# Anyone making a living on shops with cafepress etc?



## unregistered (Feb 13, 2007)

Just curious if anyone is making a living off cafepress and websites that are similiar.


----------



## Solmu (Aug 15, 2005)

Yes, some people are.


----------



## slackira (Feb 22, 2007)

I have a dozen shops at cafepress.All of them basic.I've only made 18.00 bucks after 10 months of joining.The problem is that basic shopkeepers dont actually get a lot of exposure there.And there are millions of members.


----------



## Moo Spot Prints (Jul 16, 2006)

unregistered said:


> Just curious if anyone is making a living off cafepress and websites that are similiar.


Absolutely. They people who run it are doing quite well. 

You're going to have to do more than just slap a few designs up there. You need to create demand (or find some) on your own.


----------



## Rodney (Nov 3, 2004)

Yes, I know of several people making a living there.

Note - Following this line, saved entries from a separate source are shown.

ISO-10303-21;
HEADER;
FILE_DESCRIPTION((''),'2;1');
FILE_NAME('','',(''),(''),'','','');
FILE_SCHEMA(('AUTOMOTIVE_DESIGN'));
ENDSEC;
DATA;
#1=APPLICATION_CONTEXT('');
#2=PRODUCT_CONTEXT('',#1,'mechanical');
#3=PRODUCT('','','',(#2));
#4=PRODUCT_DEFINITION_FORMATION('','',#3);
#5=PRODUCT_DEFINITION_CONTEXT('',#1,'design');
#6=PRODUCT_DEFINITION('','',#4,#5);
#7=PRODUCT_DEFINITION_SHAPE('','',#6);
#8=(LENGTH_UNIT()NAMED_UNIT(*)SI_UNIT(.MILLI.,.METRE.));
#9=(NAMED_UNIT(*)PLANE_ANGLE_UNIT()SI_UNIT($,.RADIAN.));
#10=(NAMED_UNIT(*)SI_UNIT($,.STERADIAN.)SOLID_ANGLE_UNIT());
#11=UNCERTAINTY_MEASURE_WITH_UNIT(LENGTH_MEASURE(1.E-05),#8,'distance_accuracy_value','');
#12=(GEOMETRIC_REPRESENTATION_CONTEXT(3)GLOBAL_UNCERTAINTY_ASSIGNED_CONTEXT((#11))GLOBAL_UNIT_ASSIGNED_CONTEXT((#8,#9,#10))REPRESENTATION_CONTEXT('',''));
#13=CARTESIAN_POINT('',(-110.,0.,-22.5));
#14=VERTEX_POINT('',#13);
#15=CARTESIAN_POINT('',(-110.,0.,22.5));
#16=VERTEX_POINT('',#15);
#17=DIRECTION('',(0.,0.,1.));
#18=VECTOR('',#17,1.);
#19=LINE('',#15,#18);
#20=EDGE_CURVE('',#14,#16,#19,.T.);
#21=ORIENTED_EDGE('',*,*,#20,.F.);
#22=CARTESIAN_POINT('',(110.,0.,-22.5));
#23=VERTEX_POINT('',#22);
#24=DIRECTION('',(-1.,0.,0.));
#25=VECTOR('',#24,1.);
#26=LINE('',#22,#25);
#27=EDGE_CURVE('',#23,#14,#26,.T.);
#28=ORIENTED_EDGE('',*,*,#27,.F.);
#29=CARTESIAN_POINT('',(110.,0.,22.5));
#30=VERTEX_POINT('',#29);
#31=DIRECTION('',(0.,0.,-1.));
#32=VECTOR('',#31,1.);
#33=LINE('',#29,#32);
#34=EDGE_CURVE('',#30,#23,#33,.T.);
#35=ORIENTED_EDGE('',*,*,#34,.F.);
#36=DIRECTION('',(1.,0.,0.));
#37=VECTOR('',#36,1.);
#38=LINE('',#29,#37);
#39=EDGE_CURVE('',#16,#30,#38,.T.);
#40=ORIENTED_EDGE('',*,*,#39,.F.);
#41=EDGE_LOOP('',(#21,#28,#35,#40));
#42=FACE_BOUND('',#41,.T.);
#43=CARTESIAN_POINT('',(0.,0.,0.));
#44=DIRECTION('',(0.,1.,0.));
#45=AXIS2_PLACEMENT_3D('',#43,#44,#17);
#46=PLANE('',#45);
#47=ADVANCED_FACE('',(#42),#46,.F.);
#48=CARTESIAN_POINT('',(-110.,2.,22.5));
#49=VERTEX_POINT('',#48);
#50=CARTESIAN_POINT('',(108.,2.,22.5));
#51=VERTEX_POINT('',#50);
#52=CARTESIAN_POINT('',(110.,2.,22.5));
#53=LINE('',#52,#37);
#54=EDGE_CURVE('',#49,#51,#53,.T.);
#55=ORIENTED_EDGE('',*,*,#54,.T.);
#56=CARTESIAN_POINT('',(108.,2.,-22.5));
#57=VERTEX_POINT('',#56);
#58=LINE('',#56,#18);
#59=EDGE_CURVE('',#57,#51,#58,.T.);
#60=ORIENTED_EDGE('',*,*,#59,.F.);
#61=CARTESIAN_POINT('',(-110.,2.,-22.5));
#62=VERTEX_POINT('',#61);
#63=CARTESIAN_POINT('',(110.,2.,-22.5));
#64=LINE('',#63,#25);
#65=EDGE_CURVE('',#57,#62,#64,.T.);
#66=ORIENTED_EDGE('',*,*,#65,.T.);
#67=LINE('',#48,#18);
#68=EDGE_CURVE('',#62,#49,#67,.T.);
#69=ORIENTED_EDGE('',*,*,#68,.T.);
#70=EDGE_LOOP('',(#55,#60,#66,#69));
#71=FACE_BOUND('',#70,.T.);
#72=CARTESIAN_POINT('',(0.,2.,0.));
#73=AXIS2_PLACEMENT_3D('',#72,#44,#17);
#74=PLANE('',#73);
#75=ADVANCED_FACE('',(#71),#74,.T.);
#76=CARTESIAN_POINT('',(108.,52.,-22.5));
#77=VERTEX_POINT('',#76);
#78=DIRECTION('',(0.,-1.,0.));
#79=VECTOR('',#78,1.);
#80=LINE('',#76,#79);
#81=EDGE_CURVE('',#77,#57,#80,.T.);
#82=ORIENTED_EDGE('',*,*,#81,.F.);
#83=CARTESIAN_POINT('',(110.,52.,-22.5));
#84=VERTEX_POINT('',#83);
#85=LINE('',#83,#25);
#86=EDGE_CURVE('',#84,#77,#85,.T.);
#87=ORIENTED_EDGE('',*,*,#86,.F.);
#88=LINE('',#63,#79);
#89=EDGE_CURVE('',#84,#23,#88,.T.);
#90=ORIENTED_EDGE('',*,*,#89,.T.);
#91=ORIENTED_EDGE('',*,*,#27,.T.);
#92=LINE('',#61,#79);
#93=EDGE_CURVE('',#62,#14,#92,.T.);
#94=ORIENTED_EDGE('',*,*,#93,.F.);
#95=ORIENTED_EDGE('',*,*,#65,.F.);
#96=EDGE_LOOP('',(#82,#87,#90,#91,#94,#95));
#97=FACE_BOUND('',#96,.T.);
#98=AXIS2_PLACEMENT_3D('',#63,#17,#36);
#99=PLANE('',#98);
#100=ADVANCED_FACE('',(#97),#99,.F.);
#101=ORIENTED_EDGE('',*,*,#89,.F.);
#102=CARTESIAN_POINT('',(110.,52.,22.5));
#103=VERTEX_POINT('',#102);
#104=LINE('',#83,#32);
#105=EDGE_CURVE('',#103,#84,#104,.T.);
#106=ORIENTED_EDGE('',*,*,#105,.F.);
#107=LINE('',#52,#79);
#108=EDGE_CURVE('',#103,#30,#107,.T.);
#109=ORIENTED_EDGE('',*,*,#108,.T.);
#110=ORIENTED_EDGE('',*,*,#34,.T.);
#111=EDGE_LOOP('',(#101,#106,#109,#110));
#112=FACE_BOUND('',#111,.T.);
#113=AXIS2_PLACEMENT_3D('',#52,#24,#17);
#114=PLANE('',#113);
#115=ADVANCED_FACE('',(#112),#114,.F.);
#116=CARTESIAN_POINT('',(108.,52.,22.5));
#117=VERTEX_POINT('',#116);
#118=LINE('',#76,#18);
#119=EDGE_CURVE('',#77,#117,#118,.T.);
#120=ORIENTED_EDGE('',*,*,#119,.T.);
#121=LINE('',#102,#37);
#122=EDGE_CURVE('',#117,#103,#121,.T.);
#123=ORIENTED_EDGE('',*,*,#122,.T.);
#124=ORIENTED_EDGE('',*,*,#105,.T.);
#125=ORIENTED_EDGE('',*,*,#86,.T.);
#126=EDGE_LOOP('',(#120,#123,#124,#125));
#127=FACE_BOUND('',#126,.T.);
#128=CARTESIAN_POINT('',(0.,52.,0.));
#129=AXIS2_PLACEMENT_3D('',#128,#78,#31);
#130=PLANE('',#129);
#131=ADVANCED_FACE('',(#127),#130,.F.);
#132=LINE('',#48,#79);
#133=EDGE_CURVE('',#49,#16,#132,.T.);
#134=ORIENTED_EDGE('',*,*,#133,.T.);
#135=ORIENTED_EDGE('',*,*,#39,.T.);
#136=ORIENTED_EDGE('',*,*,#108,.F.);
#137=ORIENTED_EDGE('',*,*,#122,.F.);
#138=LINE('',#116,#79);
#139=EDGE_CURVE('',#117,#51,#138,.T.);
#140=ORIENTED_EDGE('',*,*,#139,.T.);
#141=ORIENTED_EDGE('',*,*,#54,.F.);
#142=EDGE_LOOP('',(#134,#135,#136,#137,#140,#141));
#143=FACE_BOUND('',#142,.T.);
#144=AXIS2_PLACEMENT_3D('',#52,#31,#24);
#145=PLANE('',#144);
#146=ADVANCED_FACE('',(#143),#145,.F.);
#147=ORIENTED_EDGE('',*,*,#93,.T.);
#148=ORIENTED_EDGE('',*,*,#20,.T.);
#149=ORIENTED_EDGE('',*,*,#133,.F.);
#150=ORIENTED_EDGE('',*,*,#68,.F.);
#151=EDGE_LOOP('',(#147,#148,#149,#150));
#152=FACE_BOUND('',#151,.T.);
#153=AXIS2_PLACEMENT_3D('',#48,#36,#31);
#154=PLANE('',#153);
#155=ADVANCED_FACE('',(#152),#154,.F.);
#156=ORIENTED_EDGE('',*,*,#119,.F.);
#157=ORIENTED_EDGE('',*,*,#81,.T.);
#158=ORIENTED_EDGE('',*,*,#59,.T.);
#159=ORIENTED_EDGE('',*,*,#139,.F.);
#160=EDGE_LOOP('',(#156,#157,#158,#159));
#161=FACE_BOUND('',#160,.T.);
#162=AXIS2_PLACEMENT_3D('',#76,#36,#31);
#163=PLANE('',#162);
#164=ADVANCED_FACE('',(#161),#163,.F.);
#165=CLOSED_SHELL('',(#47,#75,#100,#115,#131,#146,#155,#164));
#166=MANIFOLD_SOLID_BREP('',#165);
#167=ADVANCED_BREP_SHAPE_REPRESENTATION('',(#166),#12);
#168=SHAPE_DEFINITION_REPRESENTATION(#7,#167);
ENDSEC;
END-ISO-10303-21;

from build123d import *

# Parameters (mm, degrees)
SKETCH_1_W      = 220
SKETCH_1_H      = 45
EXTRUDE_1_DEPTH = 2
SKETCH_2_W      = 2
SKETCH_2_H      = 45
EXTRUDE_2_DEPTH = 50


with BuildPart() as part:
    # 草图1 → 凸台-拉伸1 (new body)
    with BuildSketch(Plane(origin=(0, 0, 0), x_dir=(1, 0, 0), z_dir=(0, 1, 0))):
        Rectangle(SKETCH_1_W, SKETCH_1_H)
    extrude(amount=EXTRUDE_1_DEPTH)

    # 草图2 → 凸台-拉伸2 (add)
    with BuildSketch(Plane(origin=(0, 2, 0), x_dir=(1, 0, 0), z_dir=(0, 1, 0))):
        with Locations((109, 0)):
            Rectangle(SKETCH_2_W, SKETCH_2_H)
    extrude(amount=EXTRUDE_2_DEPTH)


solid = part.part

> The problem is that basic shopkeepers dont actually get a lot of exposure there.


The basic shopkeepers get exposure in the marketplace as well, but with any fulfillment company, the majority of the exposure shouldn't be coming from the fulfillment company, it should be coming from your own efforts/marketing/advertising. 

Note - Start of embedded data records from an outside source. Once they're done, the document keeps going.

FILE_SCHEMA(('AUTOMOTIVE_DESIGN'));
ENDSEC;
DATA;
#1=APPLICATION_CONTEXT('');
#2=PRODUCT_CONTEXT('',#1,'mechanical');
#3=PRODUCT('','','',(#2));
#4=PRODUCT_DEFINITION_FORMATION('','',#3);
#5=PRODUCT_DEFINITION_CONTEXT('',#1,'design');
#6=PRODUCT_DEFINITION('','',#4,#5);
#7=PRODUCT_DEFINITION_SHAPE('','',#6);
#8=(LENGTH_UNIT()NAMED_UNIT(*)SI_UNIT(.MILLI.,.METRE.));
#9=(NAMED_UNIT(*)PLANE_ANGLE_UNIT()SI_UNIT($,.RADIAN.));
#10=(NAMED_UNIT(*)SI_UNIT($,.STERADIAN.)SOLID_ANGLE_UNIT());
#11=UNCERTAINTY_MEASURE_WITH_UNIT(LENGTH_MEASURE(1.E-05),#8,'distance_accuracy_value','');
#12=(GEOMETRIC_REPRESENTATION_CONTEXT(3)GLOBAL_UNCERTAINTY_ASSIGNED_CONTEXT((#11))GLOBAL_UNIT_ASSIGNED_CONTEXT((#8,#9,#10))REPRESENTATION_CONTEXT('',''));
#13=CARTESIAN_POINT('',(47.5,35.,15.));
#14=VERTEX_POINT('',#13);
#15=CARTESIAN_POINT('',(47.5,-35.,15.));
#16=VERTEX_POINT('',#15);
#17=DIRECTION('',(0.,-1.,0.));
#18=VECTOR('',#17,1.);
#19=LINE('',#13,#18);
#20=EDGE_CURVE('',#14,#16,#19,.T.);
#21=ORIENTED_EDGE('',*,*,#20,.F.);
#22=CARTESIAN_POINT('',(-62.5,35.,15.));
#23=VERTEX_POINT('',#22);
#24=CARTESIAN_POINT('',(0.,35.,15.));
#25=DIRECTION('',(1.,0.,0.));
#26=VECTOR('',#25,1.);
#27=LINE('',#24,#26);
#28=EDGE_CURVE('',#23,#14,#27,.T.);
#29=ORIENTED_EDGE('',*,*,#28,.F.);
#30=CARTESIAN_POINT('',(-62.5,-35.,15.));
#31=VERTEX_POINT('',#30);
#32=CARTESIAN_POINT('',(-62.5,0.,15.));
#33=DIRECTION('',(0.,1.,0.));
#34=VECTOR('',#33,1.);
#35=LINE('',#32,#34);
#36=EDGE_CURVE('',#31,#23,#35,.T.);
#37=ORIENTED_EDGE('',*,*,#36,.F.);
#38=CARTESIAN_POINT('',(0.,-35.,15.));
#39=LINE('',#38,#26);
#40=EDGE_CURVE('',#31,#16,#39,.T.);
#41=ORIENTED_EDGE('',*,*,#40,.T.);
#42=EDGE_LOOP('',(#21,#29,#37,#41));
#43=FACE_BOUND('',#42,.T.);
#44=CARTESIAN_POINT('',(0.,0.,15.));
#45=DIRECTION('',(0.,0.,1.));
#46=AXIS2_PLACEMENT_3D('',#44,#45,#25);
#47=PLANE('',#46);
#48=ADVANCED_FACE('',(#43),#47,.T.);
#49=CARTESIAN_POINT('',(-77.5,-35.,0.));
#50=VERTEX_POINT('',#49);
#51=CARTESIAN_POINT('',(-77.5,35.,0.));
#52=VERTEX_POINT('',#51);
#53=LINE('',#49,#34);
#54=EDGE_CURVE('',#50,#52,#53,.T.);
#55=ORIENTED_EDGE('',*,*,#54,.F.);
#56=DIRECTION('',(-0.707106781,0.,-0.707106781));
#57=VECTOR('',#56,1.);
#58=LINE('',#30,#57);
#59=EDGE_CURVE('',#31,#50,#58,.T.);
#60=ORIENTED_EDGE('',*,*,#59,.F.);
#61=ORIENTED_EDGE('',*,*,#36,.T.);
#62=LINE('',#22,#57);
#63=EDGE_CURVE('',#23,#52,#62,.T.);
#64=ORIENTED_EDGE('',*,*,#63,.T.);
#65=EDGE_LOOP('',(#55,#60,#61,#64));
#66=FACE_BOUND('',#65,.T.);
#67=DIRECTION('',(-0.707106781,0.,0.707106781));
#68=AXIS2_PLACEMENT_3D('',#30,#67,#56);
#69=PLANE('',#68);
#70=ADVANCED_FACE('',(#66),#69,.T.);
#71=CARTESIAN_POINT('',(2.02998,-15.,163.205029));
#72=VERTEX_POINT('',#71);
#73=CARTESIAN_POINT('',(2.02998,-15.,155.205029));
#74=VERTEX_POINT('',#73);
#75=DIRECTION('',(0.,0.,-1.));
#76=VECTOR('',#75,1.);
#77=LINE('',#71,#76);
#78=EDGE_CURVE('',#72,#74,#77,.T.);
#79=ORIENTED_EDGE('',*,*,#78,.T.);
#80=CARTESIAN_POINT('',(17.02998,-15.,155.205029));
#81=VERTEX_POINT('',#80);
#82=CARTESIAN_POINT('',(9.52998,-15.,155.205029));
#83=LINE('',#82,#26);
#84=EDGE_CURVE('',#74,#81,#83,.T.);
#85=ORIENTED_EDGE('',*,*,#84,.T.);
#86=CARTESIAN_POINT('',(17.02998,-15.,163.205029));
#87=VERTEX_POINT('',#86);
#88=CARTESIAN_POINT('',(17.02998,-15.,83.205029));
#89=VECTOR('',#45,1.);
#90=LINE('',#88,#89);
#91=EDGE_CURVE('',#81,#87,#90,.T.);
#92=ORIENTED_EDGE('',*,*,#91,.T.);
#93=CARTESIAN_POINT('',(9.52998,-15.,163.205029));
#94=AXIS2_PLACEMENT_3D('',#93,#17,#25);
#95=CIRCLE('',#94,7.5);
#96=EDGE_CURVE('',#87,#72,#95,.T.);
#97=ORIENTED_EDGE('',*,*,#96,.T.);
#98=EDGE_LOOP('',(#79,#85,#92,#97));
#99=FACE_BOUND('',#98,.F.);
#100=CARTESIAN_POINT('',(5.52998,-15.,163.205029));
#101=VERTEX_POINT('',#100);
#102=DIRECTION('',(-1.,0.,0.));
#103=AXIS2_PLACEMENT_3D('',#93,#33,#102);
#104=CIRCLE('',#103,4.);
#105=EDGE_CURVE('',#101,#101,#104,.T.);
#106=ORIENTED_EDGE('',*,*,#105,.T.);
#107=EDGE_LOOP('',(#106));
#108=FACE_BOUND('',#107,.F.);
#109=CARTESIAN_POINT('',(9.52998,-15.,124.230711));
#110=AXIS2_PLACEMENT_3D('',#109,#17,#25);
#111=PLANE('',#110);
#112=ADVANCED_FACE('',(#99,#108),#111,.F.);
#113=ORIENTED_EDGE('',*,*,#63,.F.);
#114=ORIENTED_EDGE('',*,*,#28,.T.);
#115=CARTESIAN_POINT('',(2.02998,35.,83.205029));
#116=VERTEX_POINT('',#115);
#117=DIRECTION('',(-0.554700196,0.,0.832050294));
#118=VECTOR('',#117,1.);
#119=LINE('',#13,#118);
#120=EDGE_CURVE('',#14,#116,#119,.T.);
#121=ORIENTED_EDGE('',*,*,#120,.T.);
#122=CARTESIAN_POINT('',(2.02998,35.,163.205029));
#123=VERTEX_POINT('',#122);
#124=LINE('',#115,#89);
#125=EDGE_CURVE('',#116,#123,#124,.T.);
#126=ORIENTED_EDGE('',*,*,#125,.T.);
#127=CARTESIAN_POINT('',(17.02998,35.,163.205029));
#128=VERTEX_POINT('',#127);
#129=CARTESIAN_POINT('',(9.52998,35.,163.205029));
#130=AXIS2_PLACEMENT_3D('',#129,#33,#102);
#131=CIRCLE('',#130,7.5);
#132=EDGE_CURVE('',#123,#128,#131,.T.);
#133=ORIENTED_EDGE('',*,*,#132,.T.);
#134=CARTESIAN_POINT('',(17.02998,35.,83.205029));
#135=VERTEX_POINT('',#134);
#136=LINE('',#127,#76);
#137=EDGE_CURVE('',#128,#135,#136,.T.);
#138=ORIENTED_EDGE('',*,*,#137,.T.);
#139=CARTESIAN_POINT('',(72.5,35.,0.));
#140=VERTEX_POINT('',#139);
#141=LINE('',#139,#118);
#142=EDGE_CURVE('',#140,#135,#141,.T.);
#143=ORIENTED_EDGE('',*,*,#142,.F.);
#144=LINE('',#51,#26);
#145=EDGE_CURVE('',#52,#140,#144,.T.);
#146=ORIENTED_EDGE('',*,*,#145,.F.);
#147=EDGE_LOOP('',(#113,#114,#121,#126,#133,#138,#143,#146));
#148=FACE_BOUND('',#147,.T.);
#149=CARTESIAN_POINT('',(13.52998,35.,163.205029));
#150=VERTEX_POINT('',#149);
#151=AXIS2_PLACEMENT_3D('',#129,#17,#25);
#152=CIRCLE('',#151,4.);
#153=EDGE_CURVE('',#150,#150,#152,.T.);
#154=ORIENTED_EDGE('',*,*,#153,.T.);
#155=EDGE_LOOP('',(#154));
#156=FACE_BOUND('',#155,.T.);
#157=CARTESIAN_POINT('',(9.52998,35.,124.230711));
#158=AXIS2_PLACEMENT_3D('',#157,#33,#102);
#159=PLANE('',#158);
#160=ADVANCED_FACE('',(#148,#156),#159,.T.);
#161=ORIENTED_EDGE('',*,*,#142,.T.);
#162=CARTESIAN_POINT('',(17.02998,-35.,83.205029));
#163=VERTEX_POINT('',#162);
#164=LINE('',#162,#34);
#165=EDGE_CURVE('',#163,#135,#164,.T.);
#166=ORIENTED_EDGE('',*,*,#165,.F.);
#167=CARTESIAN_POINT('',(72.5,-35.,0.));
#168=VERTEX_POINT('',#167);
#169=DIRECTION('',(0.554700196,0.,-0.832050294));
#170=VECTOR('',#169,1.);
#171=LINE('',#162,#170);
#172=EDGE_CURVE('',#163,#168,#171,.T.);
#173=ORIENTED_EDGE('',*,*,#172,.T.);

The shops (with any fulfillment company) that are doing well are the ones that the shopkeepers have heavily promoted or advertised. Any exposure from the fulfillment company is just a bonus.

It's important to remember that the company you use is just a tool. Whether it's CafePress/PrintFection/Zazzle/Spreadshirt or if you do it on your own and buy from your local screen printer (or print them yourself). You have to generate your own sales whenever you are in business trying to sell t-shirts.


----------



## JonWye (Feb 13, 2007)

Anyone who is making a living through a fullfillment service willing to post their store domain name? Not trying to be critical, just very curious! I know some people have got to be making living at it.


----------



## Rodney (Nov 3, 2004)

JonWye said:


> Anyone who is making a living through a fullfillment service willing to post their store domain name? Not trying to be critical, just very curious! I know some people have got to be making living at it.


Check out this post:
http://www.t-shirtforums.com/cafepress/t9542.html#post63858


----------



## GMONTE34 (Aug 31, 2005)

*Hello,*

*My name is Teresa I run The Federal City, Annex Online Store. I have been open now for almost 2 years now. I average around $200+ a month income. Not much but it helps out with bills and such. *

*Thanks,*
*Teresa*


----------



## Tenacious (Apr 11, 2007)

Rodney said:


> Yes, I know of several people making a living there.
> 
> 
> 
> ...


Rodney is right....... I have no clue about cafe press, I do all my own stuff myself, but you have to do your own advertising no matter what. Why wouldn't you? It's your business right? Whether "cafe" backs you or whoever....... As seen before I used to sell furniture. It was the same thing..........Where I worked they gave me the product, but I had to work it and I got a percentage. You have to make people come to you! In sales your business is what you make it. It all depends on how you want to do it. I could sit in a recliner all day and sleep, and I would still have my "job" making $0. If I wanted to make $500 dollars a day I had to get moving! You still have to work your business.


----------



## monkeylantern (Oct 16, 2005)

I suspect that 90% of users on Cafepress are making hobby-level incomes. I suspect the vast majority of business-level incomes (ie enough to support a family solely) are those who entered with a large brand already, such as the Red Cross.


----------